Begin at the line containing "#17=CARTESIAN_POINT('',(-28.233195,-4.699,109.556159));" in the data below and go on through the line containing "#78=AXIS2_PLACEMENT_3D('',#77,#18,#58);", repeating each line exactly; include both ends and no other line.

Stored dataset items
*-*-*
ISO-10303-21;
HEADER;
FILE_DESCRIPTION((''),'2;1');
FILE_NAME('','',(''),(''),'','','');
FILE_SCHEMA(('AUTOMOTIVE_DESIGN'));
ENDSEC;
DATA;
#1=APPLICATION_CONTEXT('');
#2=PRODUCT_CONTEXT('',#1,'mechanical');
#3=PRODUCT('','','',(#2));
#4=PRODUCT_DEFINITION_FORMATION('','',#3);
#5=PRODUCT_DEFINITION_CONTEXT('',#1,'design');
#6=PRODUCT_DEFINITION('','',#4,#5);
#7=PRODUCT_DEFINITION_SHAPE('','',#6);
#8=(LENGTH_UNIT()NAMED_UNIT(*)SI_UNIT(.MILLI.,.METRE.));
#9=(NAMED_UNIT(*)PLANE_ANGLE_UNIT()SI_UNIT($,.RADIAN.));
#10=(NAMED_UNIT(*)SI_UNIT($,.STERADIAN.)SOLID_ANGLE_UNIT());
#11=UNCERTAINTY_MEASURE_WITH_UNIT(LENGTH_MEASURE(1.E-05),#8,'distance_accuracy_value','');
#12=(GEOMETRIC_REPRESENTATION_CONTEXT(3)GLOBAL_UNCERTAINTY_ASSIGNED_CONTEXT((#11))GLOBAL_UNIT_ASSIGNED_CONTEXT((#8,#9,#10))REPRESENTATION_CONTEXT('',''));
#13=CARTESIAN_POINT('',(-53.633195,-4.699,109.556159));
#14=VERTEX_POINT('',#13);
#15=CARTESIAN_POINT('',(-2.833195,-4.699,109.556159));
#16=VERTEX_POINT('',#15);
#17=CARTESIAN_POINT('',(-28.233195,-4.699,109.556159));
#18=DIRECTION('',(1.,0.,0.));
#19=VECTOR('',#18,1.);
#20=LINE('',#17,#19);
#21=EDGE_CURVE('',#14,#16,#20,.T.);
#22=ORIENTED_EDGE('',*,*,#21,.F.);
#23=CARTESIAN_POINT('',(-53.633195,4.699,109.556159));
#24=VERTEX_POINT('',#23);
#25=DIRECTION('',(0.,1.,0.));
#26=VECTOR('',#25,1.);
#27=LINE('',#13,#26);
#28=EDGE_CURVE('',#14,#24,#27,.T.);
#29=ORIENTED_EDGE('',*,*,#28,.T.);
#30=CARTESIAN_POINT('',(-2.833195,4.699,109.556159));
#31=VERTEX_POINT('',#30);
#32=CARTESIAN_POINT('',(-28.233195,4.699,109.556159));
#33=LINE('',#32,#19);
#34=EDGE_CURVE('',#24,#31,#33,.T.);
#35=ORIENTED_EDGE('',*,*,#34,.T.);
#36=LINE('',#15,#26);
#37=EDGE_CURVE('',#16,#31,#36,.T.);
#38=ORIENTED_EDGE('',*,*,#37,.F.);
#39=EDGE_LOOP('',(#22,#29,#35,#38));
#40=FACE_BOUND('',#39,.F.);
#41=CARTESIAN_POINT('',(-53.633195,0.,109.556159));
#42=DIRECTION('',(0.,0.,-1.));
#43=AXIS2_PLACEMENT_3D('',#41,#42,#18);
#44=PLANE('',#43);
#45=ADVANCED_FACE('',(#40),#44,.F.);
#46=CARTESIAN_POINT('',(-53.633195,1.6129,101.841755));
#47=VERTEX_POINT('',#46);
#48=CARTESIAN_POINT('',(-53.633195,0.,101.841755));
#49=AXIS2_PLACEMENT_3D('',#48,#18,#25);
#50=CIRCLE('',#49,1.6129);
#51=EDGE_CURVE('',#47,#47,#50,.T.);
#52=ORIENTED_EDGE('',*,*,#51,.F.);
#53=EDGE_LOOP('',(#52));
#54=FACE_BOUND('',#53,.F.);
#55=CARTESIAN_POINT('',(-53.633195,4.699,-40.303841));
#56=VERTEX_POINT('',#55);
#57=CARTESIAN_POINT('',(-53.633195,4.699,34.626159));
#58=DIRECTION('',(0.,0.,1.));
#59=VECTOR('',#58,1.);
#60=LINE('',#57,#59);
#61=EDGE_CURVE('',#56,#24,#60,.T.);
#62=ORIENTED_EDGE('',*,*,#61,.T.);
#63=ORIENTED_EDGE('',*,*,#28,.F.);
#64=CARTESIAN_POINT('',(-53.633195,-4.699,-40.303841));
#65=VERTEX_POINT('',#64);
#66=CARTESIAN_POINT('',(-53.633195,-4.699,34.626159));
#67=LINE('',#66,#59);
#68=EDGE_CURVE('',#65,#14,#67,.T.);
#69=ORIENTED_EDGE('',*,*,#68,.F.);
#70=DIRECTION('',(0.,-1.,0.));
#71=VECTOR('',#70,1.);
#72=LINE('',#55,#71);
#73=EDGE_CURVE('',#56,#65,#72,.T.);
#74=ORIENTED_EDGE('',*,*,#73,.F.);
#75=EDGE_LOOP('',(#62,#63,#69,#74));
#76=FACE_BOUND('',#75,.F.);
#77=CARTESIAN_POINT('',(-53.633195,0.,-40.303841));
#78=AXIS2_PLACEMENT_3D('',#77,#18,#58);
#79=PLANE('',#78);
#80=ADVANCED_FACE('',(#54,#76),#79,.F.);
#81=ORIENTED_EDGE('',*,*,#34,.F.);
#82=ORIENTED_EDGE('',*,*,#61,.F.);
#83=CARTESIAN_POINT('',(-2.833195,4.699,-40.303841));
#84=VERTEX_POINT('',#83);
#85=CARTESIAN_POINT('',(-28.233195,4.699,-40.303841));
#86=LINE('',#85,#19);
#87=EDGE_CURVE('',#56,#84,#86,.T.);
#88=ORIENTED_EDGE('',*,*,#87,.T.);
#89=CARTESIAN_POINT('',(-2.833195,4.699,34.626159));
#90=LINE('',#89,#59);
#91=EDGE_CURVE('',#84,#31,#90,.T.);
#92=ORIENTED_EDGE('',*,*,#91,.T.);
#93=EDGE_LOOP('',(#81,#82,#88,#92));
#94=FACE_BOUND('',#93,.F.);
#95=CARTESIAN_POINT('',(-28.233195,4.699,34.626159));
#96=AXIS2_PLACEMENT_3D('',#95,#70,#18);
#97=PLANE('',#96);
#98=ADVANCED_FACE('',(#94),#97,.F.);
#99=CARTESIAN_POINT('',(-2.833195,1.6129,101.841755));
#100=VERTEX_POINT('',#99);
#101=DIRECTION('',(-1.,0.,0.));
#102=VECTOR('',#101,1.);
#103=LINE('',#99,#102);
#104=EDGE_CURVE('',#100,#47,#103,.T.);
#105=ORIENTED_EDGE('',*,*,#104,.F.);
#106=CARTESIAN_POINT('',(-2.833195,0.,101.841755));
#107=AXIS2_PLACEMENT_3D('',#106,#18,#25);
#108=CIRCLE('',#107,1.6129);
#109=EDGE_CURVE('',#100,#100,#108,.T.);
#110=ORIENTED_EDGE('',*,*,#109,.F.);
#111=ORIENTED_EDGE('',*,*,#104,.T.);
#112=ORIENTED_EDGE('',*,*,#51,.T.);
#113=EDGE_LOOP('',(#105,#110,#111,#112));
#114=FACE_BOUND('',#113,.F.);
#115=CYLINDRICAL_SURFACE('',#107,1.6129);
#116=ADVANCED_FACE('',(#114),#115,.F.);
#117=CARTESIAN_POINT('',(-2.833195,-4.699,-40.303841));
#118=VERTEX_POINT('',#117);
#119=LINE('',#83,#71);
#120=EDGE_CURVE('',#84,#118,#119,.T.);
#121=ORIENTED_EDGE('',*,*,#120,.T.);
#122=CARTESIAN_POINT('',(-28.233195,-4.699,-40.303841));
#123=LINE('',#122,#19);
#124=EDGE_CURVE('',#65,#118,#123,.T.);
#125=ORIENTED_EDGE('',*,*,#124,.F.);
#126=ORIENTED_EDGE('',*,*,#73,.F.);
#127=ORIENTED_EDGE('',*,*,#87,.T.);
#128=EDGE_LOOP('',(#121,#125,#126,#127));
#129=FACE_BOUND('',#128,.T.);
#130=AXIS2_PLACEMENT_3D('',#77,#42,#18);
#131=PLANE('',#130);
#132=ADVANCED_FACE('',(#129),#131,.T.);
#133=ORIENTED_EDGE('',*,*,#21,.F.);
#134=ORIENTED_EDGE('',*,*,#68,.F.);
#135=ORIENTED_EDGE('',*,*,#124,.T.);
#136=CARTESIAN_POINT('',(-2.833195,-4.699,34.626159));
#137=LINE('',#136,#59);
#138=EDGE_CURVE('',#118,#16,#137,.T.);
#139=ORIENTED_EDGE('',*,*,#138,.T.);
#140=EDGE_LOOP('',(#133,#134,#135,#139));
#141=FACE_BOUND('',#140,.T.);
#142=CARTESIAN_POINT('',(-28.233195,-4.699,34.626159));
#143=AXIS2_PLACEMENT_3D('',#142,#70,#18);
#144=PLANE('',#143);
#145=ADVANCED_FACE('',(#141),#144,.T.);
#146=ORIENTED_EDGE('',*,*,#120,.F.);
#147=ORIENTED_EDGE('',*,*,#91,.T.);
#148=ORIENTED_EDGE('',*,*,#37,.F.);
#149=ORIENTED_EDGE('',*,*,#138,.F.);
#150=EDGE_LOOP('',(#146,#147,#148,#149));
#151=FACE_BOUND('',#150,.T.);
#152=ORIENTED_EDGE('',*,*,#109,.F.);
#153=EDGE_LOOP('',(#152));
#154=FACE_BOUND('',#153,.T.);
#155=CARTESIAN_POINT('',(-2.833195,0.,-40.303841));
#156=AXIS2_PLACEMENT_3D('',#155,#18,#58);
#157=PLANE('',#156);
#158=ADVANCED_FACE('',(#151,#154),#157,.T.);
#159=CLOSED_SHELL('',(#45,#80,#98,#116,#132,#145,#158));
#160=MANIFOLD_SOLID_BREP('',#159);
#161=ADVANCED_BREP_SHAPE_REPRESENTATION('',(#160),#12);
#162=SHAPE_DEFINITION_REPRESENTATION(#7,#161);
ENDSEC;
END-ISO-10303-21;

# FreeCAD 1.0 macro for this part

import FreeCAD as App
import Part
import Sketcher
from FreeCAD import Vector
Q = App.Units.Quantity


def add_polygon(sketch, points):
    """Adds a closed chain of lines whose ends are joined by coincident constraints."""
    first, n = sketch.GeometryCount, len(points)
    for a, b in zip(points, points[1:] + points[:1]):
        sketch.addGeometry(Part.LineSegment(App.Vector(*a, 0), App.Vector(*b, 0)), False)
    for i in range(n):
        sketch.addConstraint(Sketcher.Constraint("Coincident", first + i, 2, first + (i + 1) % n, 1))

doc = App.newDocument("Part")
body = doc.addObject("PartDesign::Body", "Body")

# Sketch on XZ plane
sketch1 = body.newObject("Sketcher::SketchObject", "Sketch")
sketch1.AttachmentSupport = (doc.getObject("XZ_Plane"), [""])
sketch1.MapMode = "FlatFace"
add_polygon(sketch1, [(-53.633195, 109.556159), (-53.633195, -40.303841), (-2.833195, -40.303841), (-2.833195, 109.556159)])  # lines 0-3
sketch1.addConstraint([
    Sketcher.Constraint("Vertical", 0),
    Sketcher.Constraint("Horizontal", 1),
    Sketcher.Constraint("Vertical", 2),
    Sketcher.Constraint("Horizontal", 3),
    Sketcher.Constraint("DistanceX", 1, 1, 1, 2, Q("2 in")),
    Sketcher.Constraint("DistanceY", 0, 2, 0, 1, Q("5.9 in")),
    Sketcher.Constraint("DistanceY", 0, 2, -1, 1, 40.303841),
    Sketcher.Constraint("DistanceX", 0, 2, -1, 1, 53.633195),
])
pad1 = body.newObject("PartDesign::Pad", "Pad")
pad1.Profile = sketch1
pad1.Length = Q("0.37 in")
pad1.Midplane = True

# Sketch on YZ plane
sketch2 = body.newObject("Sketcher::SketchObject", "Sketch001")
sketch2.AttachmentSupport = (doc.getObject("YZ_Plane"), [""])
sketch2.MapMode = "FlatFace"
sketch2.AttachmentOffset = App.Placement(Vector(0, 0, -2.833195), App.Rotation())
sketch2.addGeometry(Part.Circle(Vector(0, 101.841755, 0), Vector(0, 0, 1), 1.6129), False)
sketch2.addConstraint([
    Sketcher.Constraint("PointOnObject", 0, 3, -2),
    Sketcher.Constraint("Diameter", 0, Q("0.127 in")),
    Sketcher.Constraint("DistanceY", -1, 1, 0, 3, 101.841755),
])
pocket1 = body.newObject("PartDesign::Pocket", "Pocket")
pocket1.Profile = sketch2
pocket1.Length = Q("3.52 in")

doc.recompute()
*-*-*
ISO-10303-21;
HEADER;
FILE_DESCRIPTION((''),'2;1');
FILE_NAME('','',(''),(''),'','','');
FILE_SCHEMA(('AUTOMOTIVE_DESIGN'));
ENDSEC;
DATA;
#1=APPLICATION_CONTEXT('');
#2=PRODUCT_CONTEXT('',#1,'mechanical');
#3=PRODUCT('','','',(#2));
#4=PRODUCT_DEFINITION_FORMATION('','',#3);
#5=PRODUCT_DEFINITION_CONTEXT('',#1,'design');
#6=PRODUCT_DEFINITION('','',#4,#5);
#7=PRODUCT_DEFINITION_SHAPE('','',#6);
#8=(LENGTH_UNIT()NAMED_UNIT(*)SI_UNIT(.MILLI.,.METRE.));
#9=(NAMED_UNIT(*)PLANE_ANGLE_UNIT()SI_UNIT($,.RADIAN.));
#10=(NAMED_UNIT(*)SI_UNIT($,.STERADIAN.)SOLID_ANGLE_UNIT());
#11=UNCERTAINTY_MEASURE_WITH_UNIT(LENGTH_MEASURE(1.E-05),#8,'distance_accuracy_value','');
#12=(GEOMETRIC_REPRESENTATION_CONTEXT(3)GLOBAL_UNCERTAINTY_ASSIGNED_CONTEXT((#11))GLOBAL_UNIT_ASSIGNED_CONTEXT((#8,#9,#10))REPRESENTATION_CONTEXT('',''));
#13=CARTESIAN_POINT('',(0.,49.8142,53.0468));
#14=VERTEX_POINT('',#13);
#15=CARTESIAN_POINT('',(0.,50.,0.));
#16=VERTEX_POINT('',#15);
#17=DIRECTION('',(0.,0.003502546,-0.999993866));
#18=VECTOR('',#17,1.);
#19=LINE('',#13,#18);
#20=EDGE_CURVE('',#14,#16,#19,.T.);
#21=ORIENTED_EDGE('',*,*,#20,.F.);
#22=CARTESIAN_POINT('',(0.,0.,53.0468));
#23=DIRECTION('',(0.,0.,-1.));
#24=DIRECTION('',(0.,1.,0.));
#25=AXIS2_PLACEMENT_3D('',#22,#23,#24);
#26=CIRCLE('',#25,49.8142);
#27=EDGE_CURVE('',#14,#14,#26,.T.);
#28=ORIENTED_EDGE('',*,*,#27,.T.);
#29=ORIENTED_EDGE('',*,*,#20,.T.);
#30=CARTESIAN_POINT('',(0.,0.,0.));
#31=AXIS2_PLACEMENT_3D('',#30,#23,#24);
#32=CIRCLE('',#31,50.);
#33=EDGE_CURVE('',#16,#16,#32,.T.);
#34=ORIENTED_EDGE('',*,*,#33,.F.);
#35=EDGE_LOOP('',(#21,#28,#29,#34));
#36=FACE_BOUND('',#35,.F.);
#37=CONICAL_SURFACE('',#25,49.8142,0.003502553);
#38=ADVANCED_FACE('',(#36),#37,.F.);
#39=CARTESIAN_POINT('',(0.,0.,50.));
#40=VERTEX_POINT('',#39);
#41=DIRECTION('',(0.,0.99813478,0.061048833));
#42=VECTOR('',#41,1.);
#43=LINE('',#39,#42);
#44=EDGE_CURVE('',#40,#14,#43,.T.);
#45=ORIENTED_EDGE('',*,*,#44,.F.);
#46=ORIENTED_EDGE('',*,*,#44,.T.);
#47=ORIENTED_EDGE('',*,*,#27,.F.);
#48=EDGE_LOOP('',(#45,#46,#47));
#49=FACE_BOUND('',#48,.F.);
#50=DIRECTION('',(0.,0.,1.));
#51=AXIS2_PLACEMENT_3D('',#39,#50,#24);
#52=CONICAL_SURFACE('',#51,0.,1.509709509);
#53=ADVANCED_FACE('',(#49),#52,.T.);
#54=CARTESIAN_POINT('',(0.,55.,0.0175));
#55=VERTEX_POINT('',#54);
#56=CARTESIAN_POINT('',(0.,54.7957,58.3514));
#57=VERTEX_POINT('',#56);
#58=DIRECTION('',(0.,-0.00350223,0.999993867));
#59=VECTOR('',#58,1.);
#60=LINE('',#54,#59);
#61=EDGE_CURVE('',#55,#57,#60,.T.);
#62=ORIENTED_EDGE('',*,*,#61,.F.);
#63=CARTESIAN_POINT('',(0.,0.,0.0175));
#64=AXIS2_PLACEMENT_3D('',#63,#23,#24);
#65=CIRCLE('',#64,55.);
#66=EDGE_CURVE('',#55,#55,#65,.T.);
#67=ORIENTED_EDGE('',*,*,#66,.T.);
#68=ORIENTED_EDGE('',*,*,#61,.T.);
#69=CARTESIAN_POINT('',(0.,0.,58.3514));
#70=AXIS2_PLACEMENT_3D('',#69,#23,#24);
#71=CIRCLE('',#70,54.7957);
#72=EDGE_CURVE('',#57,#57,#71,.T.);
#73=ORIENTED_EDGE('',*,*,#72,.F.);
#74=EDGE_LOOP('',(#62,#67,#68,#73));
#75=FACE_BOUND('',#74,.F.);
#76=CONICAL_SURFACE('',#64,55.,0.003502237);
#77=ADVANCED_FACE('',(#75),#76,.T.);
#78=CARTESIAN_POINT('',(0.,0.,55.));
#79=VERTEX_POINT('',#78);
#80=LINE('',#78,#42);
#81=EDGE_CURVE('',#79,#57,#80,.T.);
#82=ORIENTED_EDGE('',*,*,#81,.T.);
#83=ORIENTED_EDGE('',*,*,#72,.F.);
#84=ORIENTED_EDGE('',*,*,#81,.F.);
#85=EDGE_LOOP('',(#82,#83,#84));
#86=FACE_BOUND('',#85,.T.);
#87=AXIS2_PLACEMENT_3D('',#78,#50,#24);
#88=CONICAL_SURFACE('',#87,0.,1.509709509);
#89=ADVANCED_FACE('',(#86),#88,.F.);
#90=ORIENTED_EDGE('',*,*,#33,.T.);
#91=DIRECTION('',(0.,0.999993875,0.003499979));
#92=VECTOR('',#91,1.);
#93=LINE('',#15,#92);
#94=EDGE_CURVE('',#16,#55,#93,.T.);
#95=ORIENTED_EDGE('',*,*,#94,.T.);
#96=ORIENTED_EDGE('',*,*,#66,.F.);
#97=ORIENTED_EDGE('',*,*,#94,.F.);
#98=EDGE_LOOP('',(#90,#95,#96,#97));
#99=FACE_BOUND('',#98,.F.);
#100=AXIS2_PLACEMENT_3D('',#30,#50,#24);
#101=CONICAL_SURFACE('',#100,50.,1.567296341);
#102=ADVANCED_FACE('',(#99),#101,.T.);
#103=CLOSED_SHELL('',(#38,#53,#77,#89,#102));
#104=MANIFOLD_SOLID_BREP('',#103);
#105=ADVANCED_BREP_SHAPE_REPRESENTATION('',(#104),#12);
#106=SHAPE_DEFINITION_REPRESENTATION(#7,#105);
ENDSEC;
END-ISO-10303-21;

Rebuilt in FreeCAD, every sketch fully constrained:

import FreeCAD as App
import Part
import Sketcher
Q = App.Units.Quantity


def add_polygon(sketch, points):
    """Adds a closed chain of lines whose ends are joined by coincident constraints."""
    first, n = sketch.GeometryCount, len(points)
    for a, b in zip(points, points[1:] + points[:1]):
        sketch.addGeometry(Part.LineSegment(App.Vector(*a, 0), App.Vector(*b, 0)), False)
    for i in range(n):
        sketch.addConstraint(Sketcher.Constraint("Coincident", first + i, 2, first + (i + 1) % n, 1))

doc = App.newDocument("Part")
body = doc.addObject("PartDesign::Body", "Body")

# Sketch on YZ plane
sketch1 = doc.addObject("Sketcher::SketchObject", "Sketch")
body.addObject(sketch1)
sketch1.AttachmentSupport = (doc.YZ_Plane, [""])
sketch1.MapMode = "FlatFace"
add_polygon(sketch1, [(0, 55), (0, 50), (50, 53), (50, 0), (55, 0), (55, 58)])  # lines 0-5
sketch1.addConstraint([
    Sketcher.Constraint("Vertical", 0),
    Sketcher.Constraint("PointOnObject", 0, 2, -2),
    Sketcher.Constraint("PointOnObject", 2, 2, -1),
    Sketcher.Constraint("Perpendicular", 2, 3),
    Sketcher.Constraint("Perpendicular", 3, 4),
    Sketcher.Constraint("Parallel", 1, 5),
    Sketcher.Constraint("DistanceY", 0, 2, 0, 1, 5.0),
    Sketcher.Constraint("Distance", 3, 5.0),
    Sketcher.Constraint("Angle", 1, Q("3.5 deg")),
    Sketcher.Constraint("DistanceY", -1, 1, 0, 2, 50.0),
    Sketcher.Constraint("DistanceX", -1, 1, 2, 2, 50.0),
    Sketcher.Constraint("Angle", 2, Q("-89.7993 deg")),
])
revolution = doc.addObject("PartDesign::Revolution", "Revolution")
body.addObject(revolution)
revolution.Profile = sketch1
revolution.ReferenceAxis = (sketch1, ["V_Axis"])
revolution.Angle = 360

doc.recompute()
*-*-*
Exercise result:
#17=CARTESIAN_POINT('',(-28.233195,-4.699,109.556159));
#18=DIRECTION('',(1.,0.,0.));
#19=VECTOR('',#18,1.);
#20=LINE('',#17,#19);
#21=EDGE_CURVE('',#14,#16,#20,.T.);
#22=ORIENTED_EDGE('',*,*,#21,.F.);
#23=CARTESIAN_POINT('',(-53.633195,4.699,109.556159));
#24=VERTEX_POINT('',#23);
#25=DIRECTION('',(0.,1.,0.));
#26=VECTOR('',#25,1.);
#27=LINE('',#13,#26);
#28=EDGE_CURVE('',#14,#24,#27,.T.);
#29=ORIENTED_EDGE('',*,*,#28,.T.);
#30=CARTESIAN_POINT('',(-2.833195,4.699,109.556159));
#31=VERTEX_POINT('',#30);
#32=CARTESIAN_POINT('',(-28.233195,4.699,109.556159));
#33=LINE('',#32,#19);
#34=EDGE_CURVE('',#24,#31,#33,.T.);
#35=ORIENTED_EDGE('',*,*,#34,.T.);
#36=LINE('',#15,#26);
#37=EDGE_CURVE('',#16,#31,#36,.T.);
#38=ORIENTED_EDGE('',*,*,#37,.F.);
#39=EDGE_LOOP('',(#22,#29,#35,#38));
#40=FACE_BOUND('',#39,.F.);
#41=CARTESIAN_POINT('',(-53.633195,0.,109.556159));
#42=DIRECTION('',(0.,0.,-1.));
#43=AXIS2_PLACEMENT_3D('',#41,#42,#18);
#44=PLANE('',#43);
#45=ADVANCED_FACE('',(#40),#44,.F.);
#46=CARTESIAN_POINT('',(-53.633195,1.6129,101.841755));
#47=VERTEX_POINT('',#46);
#48=CARTESIAN_POINT('',(-53.633195,0.,101.841755));
#49=AXIS2_PLACEMENT_3D('',#48,#18,#25);
#50=CIRCLE('',#49,1.6129);
#51=EDGE_CURVE('',#47,#47,#50,.T.);
#52=ORIENTED_EDGE('',*,*,#51,.F.);
#53=EDGE_LOOP('',(#52));
#54=FACE_BOUND('',#53,.F.);
#55=CARTESIAN_POINT('',(-53.633195,4.699,-40.303841));
#56=VERTEX_POINT('',#55);
#57=CARTESIAN_POINT('',(-53.633195,4.699,34.626159));
#58=DIRECTION('',(0.,0.,1.));
#59=VECTOR('',#58,1.);
#60=LINE('',#57,#59);
#61=EDGE_CURVE('',#56,#24,#60,.T.);
#62=ORIENTED_EDGE('',*,*,#61,.T.);
#63=ORIENTED_EDGE('',*,*,#28,.F.);
#64=CARTESIAN_POINT('',(-53.633195,-4.699,-40.303841));
#65=VERTEX_POINT('',#64);
#66=CARTESIAN_POINT('',(-53.633195,-4.699,34.626159));
#67=LINE('',#66,#59);
#68=EDGE_CURVE('',#65,#14,#67,.T.);
#69=ORIENTED_EDGE('',*,*,#68,.F.);
#70=DIRECTION('',(0.,-1.,0.));
#71=VECTOR('',#70,1.);
#72=LINE('',#55,#71);
#73=EDGE_CURVE('',#56,#65,#72,.T.);
#74=ORIENTED_EDGE('',*,*,#73,.F.);
#75=EDGE_LOOP('',(#62,#63,#69,#74));
#76=FACE_BOUND('',#75,.F.);
#77=CARTESIAN_POINT('',(-53.633195,0.,-40.303841));
#78=AXIS2_PLACEMENT_3D('',#77,#18,#58);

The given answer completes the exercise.